Our Founder and CEO Dr Loubna Bouarfa is a machine-learning scientist turned entrepreneur. Loubna is currently a member of the European Union High-Level Expert Group on artificial intelligence, where she develops recommendations on ethical, legal and societal issues related to AI and AI-related policies, including health, safety and freedom of the wider society. Loubna was the recipient of the prestigious CEO of the Year award 2019 at the Cambridge Independent Science and Technology Awards. She was named MIT Technology Review Top Innovator Under 35, a Forbes 50 Top Women In Tech, and she won the prize for Best Female-Led Startup at the StartUp Europe Awards.
OKRA Technologies was founded in 2016. In March 2018, OKRA raised £3m in a Series A funding round. In 2018 we opened a new office in Leiden, the Netherlands. In 2019 we became a technology partner for Veeva - a leader in cloud-based solutions for life sciences.
More info about key milestones here: https://okra.ai/about/
The application of AI technologies in healthcare is believed by many pharmaceutical leaders as a new paradigm-shifting trend. Others are more skeptical, regarding the value AI can realistically bring to the pharmaceutical companies. What is your critical opinion on the current state of things, and the near-term future growth prospects of AI in the life sciences?

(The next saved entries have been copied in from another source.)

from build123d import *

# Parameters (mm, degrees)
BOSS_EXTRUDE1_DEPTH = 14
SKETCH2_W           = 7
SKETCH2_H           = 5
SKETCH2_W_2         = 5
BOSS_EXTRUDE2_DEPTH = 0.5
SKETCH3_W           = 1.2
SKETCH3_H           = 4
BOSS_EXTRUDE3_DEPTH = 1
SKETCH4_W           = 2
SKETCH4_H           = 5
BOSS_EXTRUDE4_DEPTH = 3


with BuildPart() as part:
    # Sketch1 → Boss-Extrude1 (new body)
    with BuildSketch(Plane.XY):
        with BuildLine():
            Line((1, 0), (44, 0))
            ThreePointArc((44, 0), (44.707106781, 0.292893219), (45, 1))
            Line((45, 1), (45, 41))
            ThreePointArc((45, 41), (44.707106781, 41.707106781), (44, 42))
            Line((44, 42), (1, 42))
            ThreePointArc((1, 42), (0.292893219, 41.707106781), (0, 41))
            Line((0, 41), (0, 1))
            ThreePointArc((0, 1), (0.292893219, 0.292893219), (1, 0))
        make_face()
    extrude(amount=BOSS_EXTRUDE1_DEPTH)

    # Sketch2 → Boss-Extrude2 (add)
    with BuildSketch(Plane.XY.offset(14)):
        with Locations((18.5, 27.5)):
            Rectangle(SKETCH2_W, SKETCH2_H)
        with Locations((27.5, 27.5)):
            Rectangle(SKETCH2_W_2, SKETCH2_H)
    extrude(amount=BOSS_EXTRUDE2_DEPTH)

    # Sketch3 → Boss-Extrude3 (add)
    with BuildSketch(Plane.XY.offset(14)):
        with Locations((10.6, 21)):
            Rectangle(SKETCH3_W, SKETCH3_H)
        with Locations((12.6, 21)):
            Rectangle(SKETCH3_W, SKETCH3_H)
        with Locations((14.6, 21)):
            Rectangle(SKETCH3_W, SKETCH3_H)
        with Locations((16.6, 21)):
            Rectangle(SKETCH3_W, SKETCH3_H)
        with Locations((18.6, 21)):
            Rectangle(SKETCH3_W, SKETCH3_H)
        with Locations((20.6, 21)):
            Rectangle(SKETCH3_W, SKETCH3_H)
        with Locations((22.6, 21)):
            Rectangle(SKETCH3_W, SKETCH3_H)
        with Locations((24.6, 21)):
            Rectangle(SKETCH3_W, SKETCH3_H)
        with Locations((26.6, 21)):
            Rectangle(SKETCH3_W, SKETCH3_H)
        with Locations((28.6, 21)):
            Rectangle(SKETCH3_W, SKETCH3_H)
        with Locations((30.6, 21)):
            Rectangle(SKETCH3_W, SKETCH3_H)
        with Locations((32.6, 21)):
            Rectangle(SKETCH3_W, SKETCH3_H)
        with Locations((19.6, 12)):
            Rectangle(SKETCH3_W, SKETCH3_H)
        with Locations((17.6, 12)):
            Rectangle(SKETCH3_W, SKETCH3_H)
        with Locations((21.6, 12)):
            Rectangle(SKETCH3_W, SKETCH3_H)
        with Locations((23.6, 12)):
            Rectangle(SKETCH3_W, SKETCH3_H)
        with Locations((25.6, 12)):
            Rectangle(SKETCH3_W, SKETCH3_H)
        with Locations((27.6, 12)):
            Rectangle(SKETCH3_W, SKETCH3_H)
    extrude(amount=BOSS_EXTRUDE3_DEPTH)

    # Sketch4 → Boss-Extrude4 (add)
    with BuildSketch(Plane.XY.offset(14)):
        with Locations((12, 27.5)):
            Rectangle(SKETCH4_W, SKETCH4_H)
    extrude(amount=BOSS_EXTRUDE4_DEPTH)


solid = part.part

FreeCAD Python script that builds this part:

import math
import FreeCAD as App
import Part
import Sketcher
Q = App.Units.Quantity

doc = App.newDocument("Part")
params = doc.addObject("Spreadsheet::Sheet", "Params")
for row, (alias, value) in enumerate([
    ("sketch1_radius", "1 mm"),
    ("sketch1_width", "43 mm"),
    ("sketch1_height", "40 mm"),
    ("pad1_length", "14 mm"),
    ("sketch2_width", "7 mm"),
    ("sketch2_width2", "5 mm"),
    ("pad2_length", "0.5 mm"),
    ("sketch3_height", "4 mm"),
    ("sketch3_width", "1.2 mm"),
    ("pad3_length", "1 mm"),
    ("sketch4_width", "2 mm"),
    ("sketch4_height", "5 mm"),
    ("pad4_length", "3 mm"),
], start=1):
    params.set(f"A{row}", alias)
    params.set(f"B{row}", "=" + value)
    params.setAlias(f"B{row}", alias)

body = doc.addObject("PartDesign::Body", "Body")

sketch1 = body.newObject("Sketcher::SketchObject", "Sketch")
sketch1.AttachmentSupport = (doc.getObject("XY_Plane"), [""])
sketch1.MapMode = "FlatFace"
sketch1.addGeometry(Part.LineSegment(App.Vector(1, 0, 0), App.Vector(44, 0, 0)), False)
sketch1.addGeometry(Part.ArcOfCircle(Part.Circle(App.Vector(44, 1, 0), App.Vector(0, 0, 1), 1), math.radians(-90), math.radians(0)), False)
sketch1.addGeometry(Part.LineSegment(App.Vector(45, 1, 0), App.Vector(45, 41, 0)), False)
sketch1.addGeometry(Part.ArcOfCircle(Part.Circle(App.Vector(44, 41, 0), App.Vector(0, 0, 1), 1), math.radians(0), math.radians(90)), False)
sketch1.addGeometry(Part.LineSegment(App.Vector(44, 42, 0), App.Vector(1, 42, 0)), False)
sketch1.addGeometry(Part.ArcOfCircle(Part.Circle(App.Vector(1, 41, 0), App.Vector(0, 0, 1), 1), math.radians(90), math.radians(180)), False)
sketch1.addGeometry(Part.LineSegment(App.Vector(0, 41, 0), App.Vector(0, 1, 0)), False)
sketch1.addGeometry(Part.ArcOfCircle(Part.Circle(App.Vector(1, 1, 0), App.Vector(0, 0, 1), 1), math.radians(-180), math.radians(-90)), False)
sketch1.addConstraint(Sketcher.Constraint("Tangent", 0, 2, 1, 1))
sketch1.addConstraint(Sketcher.Constraint("Tangent", 1, 2, 2, 1))
sketch1.addConstraint(Sketcher.Constraint("Tangent", 2, 2, 3, 1))
sketch1.addConstraint(Sketcher.Constraint("Tangent", 3, 2, 4, 1))
sketch1.addConstraint(Sketcher.Constraint("Tangent", 4, 2, 5, 1))
sketch1.addConstraint(Sketcher.Constraint("Tangent", 5, 2, 6, 1))
sketch1.addConstraint(Sketcher.Constraint("Tangent", 6, 2, 7, 1))
sketch1.addConstraint(Sketcher.Constraint("Tangent", 7, 2, 0, 1))
sketch1.addConstraint(Sketcher.Constraint("Horizontal", 0))
sketch1.addConstraint(Sketcher.Constraint("Vertical", 2))
sketch1.addConstraint(Sketcher.Constraint("Horizontal", 4))
sketch1.addConstraint(Sketcher.Constraint("Vertical", 6))
sketch1.addConstraint(Sketcher.Constraint("Equal", 1, 3))
sketch1.addConstraint(Sketcher.Constraint("Equal", 3, 5))
sketch1.addConstraint(Sketcher.Constraint("Equal", 5, 7))
sketch1.addConstraint(Sketcher.Constraint("PointOnObject", 0, 2, -1))
sketch1.addConstraint(Sketcher.Constraint("PointOnObject", 5, 2, -2))
sketch1.addConstraint(Sketcher.Constraint("Radius", 1, Q("1 mm")))
sketch1.addConstraint(Sketcher.Constraint("DistanceX", 0, 1, 0, 2, Q("43 mm")))
sketch1.addConstraint(Sketcher.Constraint("DistanceY", 2, 1, 2, 2, Q("40 mm")))
sketch1.setExpression("Constraints[17]", "Params.sketch1_radius")
sketch1.setExpression("Constraints[18]", "Params.sketch1_width")
sketch1.setExpression("Constraints[19]", "Params.sketch1_height")
pad1 = body.newObject("PartDesign::Pad", "Pad")
pad1.Profile = sketch1
pad1.setExpression("Length", "Params.pad1_length")

sketch2 = body.newObject("Sketcher::SketchObject", "Sketch001")
sketch2.AttachmentSupport = (doc.getObject("XY_Plane"), [""])
sketch2.MapMode = "FlatFace"
sketch2.AttachmentOffset = App.Placement(App.Vector(0, 0, 14), App.Rotation())
sketch2.addGeometry(Part.LineSegment(App.Vector(15, 30, 0), App.Vector(15, 25, 0)), False)
sketch2.addGeometry(Part.LineSegment(App.Vector(15, 25, 0), App.Vector(22, 25, 0)), False)
sketch2.addGeometry(Part.LineSegment(App.Vector(22, 25, 0), App.Vector(22, 30, 0)), False)
sketch2.addGeometry(Part.LineSegment(App.Vector(22, 30, 0), App.Vector(15, 30, 0)), False)
sketch2.addGeometry(Part.LineSegment(App.Vector(25, 30, 0), App.Vector(25, 25, 0)), False)
sketch2.addGeometry(Part.LineSegment(App.Vector(25, 25, 0), App.Vector(30, 25, 0)), False)
sketch2.addGeometry(Part.LineSegment(App.Vector(30, 25, 0), App.Vector(30, 30, 0)), False)
sketch2.addGeometry(Part.LineSegment(App.Vector(30, 30, 0), App.Vector(25, 30, 0)), False)
sketch2.addConstraint(Sketcher.Constraint("Coincident", 0, 2, 1, 1))
sketch2.addConstraint(Sketcher.Constraint("Coincident", 1, 2, 2, 1))
sketch2.addConstraint(Sketcher.Constraint("Coincident", 2, 2, 3, 1))
sketch2.addConstraint(Sketcher.Constraint("Coincident", 3, 2, 0, 1))
sketch2.addConstraint(Sketcher.Constraint("Coincident", 4, 2, 5, 1))
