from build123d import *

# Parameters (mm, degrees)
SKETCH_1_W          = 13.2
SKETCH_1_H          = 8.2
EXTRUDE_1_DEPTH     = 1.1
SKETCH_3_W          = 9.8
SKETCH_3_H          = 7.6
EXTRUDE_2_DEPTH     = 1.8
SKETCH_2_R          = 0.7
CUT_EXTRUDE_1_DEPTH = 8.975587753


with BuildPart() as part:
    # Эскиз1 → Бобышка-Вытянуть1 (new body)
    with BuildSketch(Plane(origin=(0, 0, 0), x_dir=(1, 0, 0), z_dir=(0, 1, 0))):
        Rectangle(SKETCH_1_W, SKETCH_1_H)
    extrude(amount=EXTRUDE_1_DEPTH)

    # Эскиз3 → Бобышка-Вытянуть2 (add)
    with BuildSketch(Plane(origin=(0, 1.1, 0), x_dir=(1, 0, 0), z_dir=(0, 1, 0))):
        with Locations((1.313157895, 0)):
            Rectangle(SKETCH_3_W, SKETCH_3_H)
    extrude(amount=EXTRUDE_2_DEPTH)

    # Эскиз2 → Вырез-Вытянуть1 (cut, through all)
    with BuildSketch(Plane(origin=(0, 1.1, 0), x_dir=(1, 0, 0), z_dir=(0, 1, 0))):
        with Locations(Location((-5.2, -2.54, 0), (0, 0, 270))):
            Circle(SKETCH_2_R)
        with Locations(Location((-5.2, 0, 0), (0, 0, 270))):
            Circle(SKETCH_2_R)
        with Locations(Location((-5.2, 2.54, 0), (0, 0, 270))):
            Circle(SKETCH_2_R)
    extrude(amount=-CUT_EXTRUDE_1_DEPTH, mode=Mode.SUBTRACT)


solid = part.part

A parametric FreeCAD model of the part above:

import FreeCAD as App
import Part
import Sketcher
Q = App.Units.Quantity

doc = App.newDocument("Part")
params = doc.addObject("Spreadsheet::Sheet", "Params")
for row, (alias, value) in enumerate([
    ("sketch1_width", "13.2 mm"),
    ("sketch1_height", "8.2 mm"),
    ("pad1_length", "1.1 mm"),
    ("sketch2_width", "9.8 mm"),
    ("sketch2_height", "7.6 mm"),
    ("pad2_length", "1.8 mm"),
    ("sketch3_diameter", "1.4 mm"),
], start=1):
    params.set(f"A{row}", alias)
    params.set(f"B{row}", "=" + value)
    params.setAlias(f"B{row}", alias)

body = doc.addObject("PartDesign::Body", "Body")

# Sketch on XZ plane
sketch1 = body.newObject("Sketcher::SketchObject", "Sketch")
sketch1.AttachmentSupport = (doc.getObject("XZ_Plane"), [""])
sketch1.MapMode = "FlatFace"
sketch1.addGeometry(Part.LineSegment(App.Vector(-7, -4, 0), App.Vector(-7, 4, 0)), False)
sketch1.addGeometry(Part.LineSegment(App.Vector(-7, 4, 0), App.Vector(7, 4, 0)), False)
sketch1.addGeometry(Part.LineSegment(App.Vector(7, 4, 0), App.Vector(7, -4, 0)), False)
sketch1.addGeometry(Part.LineSegment(App.Vector(7, -4, 0), App.Vector(-7, -4, 0)), False)
sketch1.addConstraint(Sketcher.Constraint("Coincident", 0, 2, 1, 1))
sketch1.addConstraint(Sketcher.Constraint("Coincident", 1, 2, 2, 1))
sketch1.addConstraint(Sketcher.Constraint("Coincident", 2, 2, 3, 1))
sketch1.addConstraint(Sketcher.Constraint("Coincident", 3, 2, 0, 1))
sketch1.addConstraint(Sketcher.Constraint("Vertical", 0))
sketch1.addConstraint(Sketcher.Constraint("Horizontal", 1))
sketch1.addConstraint(Sketcher.Constraint("Vertical", 2))
sketch1.addConstraint(Sketcher.Constraint("Horizontal", 3))
sketch1.addConstraint(Sketcher.Constraint("Symmetric", 0, 2, 2, 2, -1, 1))
sketch1.addConstraint(Sketcher.Constraint("DistanceX", 1, 1, 1, 2, Q("13.2 mm")))
sketch1.addConstraint(Sketcher.Constraint("DistanceY", 0, 1, 0, 2, Q("8.2 mm")))
sketch1.setExpression("Constraints[9]", "Params.sketch1_width")
sketch1.setExpression("Constraints[10]", "Params.sketch1_height")
pad1 = body.newObject("PartDesign::Pad", "Pad")
pad1.Profile = sketch1
pad1.setExpression("Length", "Params.pad1_length")
pad1.Reversed = True

# Sketch on XZ plane
sketch2 = body.newObject("Sketcher::SketchObject", "Sketch001")
sketch2.AttachmentSupport = (doc.getObject("XZ_Plane"), [""])
sketch2.MapMode = "FlatFace"
sketch2.AttachmentOffset = App.Placement(App.Vector(0, 0, -1.1), App.Rotation())
sketch2.addGeometry(Part.LineSegment(App.Vector(-4, -4, 0), App.Vector(-4, 4, 0)), False)
sketch2.addGeometry(Part.LineSegment(App.Vector(-4, 4, 0), App.Vector(6, 4, 0)), False)
sketch2.addGeometry(Part.LineSegment(App.Vector(6, 4, 0), App.Vector(6, -4, 0)), False)
sketch2.addGeometry(Part.LineSegment(App.Vector(6, -4, 0), App.Vector(-4, -4, 0)), False)
sketch2.addConstraint(Sketcher.Constraint("Coincident", 0, 2, 1, 1))
sketch2.addConstraint(Sketcher.Constraint("Coincident", 1, 2, 2, 1))
sketch2.addConstraint(Sketcher.Constraint("Coincident", 2, 2, 3, 1))
sketch2.addConstraint(Sketcher.Constraint("Coincident", 3, 2, 0, 1))
sketch2.addConstraint(Sketcher.Constraint("Vertical", 0))
sketch2.addConstraint(Sketcher.Constraint("Horizontal", 1))
sketch2.addConstraint(Sketcher.Constraint("Vertical", 2))
sketch2.addConstraint(Sketcher.Constraint("Horizontal", 3))
sketch2.addConstraint(Sketcher.Constraint("DistanceX", 1, 1, 1, 2, Q("9.8 mm")))
sketch2.addConstraint(Sketcher.Constraint("DistanceY", 0, 1, 0, 2, Q("7.6 mm")))
sketch2.addConstraint(Sketcher.Constraint("DistanceY", -1, 1, 0, 2, Q("3.8 mm")))
sketch2.addConstraint(Sketcher.Constraint("DistanceX", 0, 2, -1, 1, Q("3.586842 mm")))
sketch2.setExpression("Constraints[8]", "Params.sketch2_width")
sketch2.setExpression("Constraints[9]", "Params.sketch2_height")
pad2 = body.newObject("PartDesign::Pad", "Pad001")
pad2.Profile = sketch2
pad2.setExpression("Length", "Params.pad2_length")
pad2.Reversed = True

# Sketch on XZ plane
sketch3 = body.newObject("Sketcher::SketchObject", "Sketch002")
sketch3.AttachmentSupport = (doc.getObject("XZ_Plane"), [""])
sketch3.MapMode = "FlatFace"
sketch3.AttachmentOffset = App.Placement(App.Vector(0, 0, -1.1), App.Rotation())
sketch3.addGeometry(Part.Circle(App.Vector(-5.2, 2.5, 0), App.Vector(0, 0, 1), 0.7), False)
sketch3.addGeometry(Part.Circle(App.Vector(-5.2, 0, 0), App.Vector(0, 0, 1), 0.7), False)
sketch3.addGeometry(Part.Circle(App.Vector(-5.2, -2.5, 0), App.Vector(0, 0, 1), 0.7), False)
sketch3.addConstraint(Sketcher.Constraint("Equal", 0, 1))
sketch3.addConstraint(Sketcher.Constraint("Equal", 1, 2))
sketch3.addConstraint(Sketcher.Constraint("Symmetric", 0, 3, 2, 3, -1))
sketch3.addConstraint(Sketcher.Constraint("PointOnObject", 1, 3, -1))
sketch3.addConstraint(Sketcher.Constraint("Vertical", 0, 3, 1, 3))
sketch3.addConstraint(Sketcher.Constraint("Diameter", 0, Q("1.4 mm")))
sketch3.addConstraint(Sketcher.Constraint("DistanceX", 0, 3, -1, 1, Q("5.2 mm")))
sketch3.addConstraint(Sketcher.Constraint("DistanceY", -1, 1, 0, 3, Q("2.54 mm")))
sketch3.setExpression("Constraints[5]", "Params.sketch3_diameter")
pocket1 = body.newObject("PartDesign::Pocket", "Pocket")
pocket1.Profile = sketch3
pocket1.Type = "ThroughAll"
pocket1.Reversed = True

doc.recompute()
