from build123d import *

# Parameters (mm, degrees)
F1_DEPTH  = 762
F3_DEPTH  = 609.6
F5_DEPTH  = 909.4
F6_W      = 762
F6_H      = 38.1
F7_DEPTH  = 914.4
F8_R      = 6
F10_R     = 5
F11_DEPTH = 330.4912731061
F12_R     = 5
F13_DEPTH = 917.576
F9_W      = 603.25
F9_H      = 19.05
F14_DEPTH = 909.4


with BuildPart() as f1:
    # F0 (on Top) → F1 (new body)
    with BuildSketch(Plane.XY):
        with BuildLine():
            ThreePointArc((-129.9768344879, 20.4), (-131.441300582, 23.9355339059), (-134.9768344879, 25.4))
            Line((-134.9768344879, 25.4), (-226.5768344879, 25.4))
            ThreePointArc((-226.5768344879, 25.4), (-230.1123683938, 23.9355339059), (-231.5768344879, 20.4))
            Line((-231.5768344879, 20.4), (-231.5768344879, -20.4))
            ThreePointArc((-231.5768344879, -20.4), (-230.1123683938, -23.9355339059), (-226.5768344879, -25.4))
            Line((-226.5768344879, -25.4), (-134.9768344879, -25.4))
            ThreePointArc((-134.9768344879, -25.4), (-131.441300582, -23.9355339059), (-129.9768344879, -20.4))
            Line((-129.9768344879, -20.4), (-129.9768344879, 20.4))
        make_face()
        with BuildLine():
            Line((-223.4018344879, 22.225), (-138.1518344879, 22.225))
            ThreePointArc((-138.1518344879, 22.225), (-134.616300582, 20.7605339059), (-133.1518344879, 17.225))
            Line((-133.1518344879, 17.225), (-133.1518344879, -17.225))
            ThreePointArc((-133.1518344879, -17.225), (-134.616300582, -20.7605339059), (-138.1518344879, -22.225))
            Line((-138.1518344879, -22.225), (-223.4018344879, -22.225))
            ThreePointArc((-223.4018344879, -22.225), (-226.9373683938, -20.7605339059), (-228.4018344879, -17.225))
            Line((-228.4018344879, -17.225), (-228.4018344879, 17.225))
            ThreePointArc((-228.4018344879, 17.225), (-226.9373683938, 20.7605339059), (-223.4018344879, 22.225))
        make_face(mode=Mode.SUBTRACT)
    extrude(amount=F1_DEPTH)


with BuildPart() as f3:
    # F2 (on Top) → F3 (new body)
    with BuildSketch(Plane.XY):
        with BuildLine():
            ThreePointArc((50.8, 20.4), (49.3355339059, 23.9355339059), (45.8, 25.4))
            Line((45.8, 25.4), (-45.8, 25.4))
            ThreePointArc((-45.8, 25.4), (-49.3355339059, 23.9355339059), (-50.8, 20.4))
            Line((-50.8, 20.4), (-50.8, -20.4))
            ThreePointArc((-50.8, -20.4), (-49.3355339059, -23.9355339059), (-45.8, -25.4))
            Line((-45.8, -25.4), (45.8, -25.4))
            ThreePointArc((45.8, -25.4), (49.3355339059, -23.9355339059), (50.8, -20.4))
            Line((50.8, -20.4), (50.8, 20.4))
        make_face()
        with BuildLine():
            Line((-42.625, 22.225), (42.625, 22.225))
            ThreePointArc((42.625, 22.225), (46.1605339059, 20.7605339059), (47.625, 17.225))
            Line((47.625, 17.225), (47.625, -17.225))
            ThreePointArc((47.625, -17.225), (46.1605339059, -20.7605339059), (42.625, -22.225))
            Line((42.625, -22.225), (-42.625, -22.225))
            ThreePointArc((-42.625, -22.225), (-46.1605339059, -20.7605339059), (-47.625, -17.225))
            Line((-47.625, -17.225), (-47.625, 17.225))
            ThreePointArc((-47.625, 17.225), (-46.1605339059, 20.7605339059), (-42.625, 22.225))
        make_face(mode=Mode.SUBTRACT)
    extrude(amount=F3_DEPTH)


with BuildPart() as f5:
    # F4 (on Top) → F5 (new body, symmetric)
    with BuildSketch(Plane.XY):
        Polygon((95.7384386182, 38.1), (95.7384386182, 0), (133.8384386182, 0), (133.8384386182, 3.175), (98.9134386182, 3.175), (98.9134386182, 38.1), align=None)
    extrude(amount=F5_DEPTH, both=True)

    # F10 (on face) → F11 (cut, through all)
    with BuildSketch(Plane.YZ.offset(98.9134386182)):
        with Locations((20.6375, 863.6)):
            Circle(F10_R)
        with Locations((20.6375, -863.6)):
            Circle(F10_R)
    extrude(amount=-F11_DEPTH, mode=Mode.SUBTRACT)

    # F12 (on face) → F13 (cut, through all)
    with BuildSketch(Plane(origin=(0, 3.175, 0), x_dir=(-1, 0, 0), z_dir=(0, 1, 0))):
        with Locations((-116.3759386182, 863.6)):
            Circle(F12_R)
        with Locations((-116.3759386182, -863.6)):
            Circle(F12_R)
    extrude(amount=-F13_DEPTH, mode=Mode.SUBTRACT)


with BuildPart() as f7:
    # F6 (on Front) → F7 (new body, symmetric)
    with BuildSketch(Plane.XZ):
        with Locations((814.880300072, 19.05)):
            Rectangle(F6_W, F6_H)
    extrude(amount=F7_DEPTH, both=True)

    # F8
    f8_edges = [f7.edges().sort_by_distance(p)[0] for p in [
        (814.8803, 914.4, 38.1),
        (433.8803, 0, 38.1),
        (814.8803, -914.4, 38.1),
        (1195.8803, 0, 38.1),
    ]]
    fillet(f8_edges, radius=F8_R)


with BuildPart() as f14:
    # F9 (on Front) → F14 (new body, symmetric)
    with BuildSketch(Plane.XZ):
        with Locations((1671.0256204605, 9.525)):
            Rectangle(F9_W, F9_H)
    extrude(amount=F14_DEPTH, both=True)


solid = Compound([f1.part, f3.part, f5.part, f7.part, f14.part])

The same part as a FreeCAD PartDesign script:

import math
import FreeCAD as App
import Part
import Sketcher
Q = App.Units.Quantity


def edges_at(feature, points):
    """Names of the edges that pass closest to the given points."""
    edges = feature.Shape.Edges
    near = lambda p: min(range(len(edges)), key=lambda i: edges[i].distToShape(Part.Vertex(*p))[0])
    return sorted({f"Edge{near(p) + 1}" for p in points})

doc = App.newDocument("Part")
params = doc.addObject("Spreadsheet::Sheet", "Params")
for row, (alias, value) in enumerate([
    ("pad1_length", "30 in"),
    ("pad2_length", "24 in"),
    ("sketch3_width", "1.5 in"),
    ("sketch3_width2", "1.375 in"),
    ("pad3_length", "1818.8 mm"),
    ("sketch6_width", "30 in"),
    ("sketch6_height", "1.5 in"),
    ("pad4_length", "72 in"),
    ("fillet_radius", "6 mm"),
    ("sketch7_width", "23.75 in"),
    ("sketch7_height", "0.75 in"),
    ("pad5_length", "1818.8 mm"),
], start=1):
    params.set(f"A{row}", alias)
    params.set(f"B{row}", "=" + value)
    params.setAlias(f"B{row}", alias)

body = doc.addObject("PartDesign::Body", "Body")

# Sketch on XY plane
sketch1 = body.newObject("Sketcher::SketchObject", "Sketch")
sketch1.AttachmentSupport = (doc.getObject("XY_Plane"), [""])
sketch1.MapMode = "FlatFace"
sketch1.addGeometry(Part.ArcOfCircle(Part.Circle(App.Vector(-135, 20, 0), App.Vector(0, 0, 1), 5), math.radians(0), math.radians(90)), False)
sketch1.addGeometry(Part.LineSegment(App.Vector(-135, 25, 0), App.Vector(-227, 25, 0)), False)
sketch1.addGeometry(Part.ArcOfCircle(Part.Circle(App.Vector(-227, 20, 0), App.Vector(0, 0, 1), 5), math.radians(90), math.radians(180)), False)
sketch1.addGeometry(Part.LineSegment(App.Vector(-232, 20, 0), App.Vector(-232, -20, 0)), False)
sketch1.addGeometry(Part.ArcOfCircle(Part.Circle(App.Vector(-227, -20, 0), App.Vector(0, 0, 1), 5), math.radians(180), math.radians(270)), False)
sketch1.addGeometry(Part.LineSegment(App.Vector(-227, -25, 0), App.Vector(-135, -25, 0)), False)
sketch1.addGeometry(Part.ArcOfCircle(Part.Circle(App.Vector(-135, -20, 0), App.Vector(0, 0, 1), 5), math.radians(-90), math.radians(0)), False)
sketch1.addGeometry(Part.LineSegment(App.Vector(-130, -20, 0), App.Vector(-130, 20, 0)), False)
sketch1.addGeometry(Part.ArcOfCircle(Part.Circle(App.Vector(-223, 17, 0), App.Vector(0, 0, 1), 5), math.radians(90), math.radians(180)), False)
sketch1.addGeometry(Part.LineSegment(App.Vector(-223, 22, 0), App.Vector(-138, 22, 0)), False)
sketch1.addGeometry(Part.ArcOfCircle(Part.Circle(App.Vector(-138, 17, 0), App.Vector(0, 0, 1), 5), math.radians(0), math.radians(90)), False)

At OKRA, we believe that artificial intelligence has the potential to profoundly transform life sciences. AI can have a significant impact along every step of the product life cycle, from drug discovery to market access, sales, and finally patient diagnosis and treatment. AI systems provide a new data-driven dimension. With this information, users of AI systems have a complete picture of all what is affecting the outcome and can be empowered to make decisions and take action.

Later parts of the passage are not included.